(TASK DATA begins)
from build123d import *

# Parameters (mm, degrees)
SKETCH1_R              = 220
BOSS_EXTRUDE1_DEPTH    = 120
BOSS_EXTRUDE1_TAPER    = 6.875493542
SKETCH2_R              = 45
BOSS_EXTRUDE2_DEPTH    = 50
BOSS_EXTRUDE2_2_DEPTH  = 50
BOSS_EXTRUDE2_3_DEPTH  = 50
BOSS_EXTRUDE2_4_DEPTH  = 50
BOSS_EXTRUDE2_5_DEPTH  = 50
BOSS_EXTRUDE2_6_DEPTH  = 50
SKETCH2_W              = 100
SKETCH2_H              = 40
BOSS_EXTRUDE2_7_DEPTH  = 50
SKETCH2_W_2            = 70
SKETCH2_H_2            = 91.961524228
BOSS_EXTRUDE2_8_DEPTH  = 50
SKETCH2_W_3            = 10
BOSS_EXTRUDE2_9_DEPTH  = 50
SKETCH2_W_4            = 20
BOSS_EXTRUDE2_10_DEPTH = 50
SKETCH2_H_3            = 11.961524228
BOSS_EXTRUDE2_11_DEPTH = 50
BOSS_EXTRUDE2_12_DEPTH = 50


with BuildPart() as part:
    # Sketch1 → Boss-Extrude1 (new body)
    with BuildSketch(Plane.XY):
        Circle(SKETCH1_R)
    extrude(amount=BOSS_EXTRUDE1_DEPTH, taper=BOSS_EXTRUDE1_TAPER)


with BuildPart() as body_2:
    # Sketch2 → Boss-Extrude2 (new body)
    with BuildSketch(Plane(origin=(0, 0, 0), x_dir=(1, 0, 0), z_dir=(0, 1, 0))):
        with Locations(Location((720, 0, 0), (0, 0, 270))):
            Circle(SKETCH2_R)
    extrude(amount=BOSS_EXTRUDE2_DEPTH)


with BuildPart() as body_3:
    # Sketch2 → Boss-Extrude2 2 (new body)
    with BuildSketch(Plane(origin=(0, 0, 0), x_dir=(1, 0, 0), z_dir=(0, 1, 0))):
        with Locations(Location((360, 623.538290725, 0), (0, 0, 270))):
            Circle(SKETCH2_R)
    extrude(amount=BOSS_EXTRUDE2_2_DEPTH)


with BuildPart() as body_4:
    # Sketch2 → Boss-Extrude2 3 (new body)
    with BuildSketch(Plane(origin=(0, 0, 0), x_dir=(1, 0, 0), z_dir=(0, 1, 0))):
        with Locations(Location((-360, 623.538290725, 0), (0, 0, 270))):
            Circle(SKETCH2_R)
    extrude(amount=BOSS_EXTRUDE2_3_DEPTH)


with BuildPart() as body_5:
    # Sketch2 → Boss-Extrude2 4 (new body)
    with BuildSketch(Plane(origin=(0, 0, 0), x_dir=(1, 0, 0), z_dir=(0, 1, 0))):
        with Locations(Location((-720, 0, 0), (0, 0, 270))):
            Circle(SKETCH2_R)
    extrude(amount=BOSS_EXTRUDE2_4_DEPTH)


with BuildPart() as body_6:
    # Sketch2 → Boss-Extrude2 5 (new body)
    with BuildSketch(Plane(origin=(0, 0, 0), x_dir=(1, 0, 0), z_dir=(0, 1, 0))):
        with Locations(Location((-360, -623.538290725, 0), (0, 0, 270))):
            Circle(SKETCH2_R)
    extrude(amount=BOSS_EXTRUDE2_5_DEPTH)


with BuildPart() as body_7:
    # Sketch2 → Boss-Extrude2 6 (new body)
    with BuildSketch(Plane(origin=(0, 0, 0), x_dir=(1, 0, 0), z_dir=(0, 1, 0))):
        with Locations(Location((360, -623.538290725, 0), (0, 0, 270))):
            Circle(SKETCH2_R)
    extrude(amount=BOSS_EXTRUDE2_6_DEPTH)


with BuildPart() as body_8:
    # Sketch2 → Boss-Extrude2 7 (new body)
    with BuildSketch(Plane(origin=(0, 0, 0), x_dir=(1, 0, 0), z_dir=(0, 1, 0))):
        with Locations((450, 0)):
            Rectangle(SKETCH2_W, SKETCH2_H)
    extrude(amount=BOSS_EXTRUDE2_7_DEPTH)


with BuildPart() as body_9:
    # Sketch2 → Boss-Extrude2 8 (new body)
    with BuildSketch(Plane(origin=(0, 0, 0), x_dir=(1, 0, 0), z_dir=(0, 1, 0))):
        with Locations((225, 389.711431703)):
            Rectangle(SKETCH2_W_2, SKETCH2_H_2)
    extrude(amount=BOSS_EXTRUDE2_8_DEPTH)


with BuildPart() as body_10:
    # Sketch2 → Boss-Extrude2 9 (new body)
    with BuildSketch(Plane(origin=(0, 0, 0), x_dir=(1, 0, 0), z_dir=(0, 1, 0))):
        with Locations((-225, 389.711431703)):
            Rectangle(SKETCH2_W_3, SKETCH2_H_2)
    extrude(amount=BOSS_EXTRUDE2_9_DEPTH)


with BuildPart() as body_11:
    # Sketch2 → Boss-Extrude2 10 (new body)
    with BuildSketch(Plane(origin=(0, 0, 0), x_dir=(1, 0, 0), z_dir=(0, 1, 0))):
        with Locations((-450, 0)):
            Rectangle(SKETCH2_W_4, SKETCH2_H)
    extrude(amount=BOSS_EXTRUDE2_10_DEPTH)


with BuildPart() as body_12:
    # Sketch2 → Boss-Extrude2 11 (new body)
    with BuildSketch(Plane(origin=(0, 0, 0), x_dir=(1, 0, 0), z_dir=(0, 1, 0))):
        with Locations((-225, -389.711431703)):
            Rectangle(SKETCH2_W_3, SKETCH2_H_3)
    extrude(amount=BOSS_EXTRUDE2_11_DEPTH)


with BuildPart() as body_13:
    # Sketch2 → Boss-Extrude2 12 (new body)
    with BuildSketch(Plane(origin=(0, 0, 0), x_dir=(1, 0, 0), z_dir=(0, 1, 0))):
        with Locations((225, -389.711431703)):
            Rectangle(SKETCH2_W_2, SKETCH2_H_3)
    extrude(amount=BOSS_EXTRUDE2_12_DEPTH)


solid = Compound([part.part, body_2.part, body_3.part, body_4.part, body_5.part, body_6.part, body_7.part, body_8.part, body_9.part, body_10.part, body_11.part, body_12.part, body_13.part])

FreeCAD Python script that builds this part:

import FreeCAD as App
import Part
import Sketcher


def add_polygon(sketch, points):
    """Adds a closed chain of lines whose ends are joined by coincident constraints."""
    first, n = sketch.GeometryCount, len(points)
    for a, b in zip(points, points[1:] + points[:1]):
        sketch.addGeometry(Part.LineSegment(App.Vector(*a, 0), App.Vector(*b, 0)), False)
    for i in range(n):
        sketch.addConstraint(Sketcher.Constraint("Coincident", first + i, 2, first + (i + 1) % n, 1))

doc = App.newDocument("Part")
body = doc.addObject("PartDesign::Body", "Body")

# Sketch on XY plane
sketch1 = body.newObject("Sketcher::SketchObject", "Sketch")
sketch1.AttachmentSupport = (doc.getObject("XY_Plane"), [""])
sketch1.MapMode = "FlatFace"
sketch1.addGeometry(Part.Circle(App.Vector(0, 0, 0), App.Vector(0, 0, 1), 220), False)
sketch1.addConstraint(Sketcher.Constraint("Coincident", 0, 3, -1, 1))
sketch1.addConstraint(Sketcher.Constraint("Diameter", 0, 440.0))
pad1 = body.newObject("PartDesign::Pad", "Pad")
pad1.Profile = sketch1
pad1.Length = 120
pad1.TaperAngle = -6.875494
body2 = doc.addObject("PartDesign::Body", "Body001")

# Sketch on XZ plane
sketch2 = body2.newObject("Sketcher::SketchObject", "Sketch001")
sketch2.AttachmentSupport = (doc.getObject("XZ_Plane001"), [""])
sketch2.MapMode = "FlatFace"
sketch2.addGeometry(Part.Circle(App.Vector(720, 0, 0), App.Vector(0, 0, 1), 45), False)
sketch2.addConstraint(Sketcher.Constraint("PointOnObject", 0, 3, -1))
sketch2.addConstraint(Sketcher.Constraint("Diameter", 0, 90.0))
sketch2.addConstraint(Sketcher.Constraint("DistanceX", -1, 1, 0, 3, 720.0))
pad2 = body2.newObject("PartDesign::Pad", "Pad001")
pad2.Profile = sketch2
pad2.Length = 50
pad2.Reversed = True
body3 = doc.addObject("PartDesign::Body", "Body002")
(TASK DATA ends)
(TASK DATA begins)
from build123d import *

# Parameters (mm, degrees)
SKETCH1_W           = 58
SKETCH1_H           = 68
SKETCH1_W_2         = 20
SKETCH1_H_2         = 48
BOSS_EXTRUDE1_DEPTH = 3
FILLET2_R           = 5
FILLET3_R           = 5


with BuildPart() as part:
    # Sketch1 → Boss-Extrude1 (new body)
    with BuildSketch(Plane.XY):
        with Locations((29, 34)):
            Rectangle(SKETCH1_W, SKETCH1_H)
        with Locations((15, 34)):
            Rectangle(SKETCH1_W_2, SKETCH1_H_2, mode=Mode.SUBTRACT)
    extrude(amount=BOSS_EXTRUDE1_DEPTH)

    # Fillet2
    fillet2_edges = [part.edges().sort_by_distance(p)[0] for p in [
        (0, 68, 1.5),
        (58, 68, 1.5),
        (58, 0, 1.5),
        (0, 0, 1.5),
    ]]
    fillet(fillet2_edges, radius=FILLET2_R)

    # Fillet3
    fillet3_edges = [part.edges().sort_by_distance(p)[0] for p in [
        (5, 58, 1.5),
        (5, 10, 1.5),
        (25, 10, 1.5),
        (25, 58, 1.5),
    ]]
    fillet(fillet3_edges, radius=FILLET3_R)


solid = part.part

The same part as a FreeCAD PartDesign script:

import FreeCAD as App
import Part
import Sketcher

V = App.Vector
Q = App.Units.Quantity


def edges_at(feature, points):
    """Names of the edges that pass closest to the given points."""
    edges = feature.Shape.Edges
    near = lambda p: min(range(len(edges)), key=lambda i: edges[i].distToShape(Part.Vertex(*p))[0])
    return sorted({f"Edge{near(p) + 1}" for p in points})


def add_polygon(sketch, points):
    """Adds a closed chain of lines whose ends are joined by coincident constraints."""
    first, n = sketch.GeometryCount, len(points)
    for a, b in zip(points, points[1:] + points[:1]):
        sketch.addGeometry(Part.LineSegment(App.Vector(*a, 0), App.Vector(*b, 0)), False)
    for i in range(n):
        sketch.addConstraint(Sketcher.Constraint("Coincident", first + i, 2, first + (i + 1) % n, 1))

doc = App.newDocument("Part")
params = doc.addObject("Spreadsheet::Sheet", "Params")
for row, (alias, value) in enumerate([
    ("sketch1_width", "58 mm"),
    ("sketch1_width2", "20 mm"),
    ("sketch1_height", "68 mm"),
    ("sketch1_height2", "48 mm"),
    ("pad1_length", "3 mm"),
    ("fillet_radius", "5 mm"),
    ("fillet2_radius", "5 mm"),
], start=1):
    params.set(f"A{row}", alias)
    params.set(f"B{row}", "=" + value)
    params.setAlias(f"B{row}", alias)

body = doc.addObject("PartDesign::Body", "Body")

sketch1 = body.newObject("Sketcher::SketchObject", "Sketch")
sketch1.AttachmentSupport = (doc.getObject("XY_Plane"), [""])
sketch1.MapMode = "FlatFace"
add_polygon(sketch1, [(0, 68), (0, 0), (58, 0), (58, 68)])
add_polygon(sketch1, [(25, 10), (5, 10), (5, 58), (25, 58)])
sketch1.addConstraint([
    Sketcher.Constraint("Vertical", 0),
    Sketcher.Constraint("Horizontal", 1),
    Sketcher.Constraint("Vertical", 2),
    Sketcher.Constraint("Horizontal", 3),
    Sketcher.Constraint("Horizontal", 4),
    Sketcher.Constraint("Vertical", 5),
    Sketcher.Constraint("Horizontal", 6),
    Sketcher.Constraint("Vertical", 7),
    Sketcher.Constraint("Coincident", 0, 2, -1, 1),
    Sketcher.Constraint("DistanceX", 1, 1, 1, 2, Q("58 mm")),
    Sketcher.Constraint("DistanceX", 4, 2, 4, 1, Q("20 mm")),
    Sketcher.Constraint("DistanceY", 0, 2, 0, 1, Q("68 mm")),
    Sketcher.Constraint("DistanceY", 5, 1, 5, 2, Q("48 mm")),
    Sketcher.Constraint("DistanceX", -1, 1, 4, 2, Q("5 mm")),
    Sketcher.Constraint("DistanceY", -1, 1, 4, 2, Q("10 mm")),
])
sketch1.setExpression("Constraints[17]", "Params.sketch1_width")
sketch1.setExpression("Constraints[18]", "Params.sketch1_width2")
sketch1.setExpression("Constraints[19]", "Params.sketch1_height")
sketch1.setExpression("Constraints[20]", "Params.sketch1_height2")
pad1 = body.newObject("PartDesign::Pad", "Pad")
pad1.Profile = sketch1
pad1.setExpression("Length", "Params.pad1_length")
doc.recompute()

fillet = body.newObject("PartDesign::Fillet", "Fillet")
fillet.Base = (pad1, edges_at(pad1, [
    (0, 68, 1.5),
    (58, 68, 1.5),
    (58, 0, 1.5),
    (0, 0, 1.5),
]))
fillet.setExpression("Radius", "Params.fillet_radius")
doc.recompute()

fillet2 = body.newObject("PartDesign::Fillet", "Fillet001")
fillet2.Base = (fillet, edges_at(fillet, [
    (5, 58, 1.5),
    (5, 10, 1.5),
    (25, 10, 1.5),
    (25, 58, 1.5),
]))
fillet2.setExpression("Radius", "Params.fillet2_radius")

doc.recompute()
(TASK DATA ends)
● YOUR GOAL
Using the listing above, work out how many lines contain the string "script" and return only that number.

● SOLUTION
2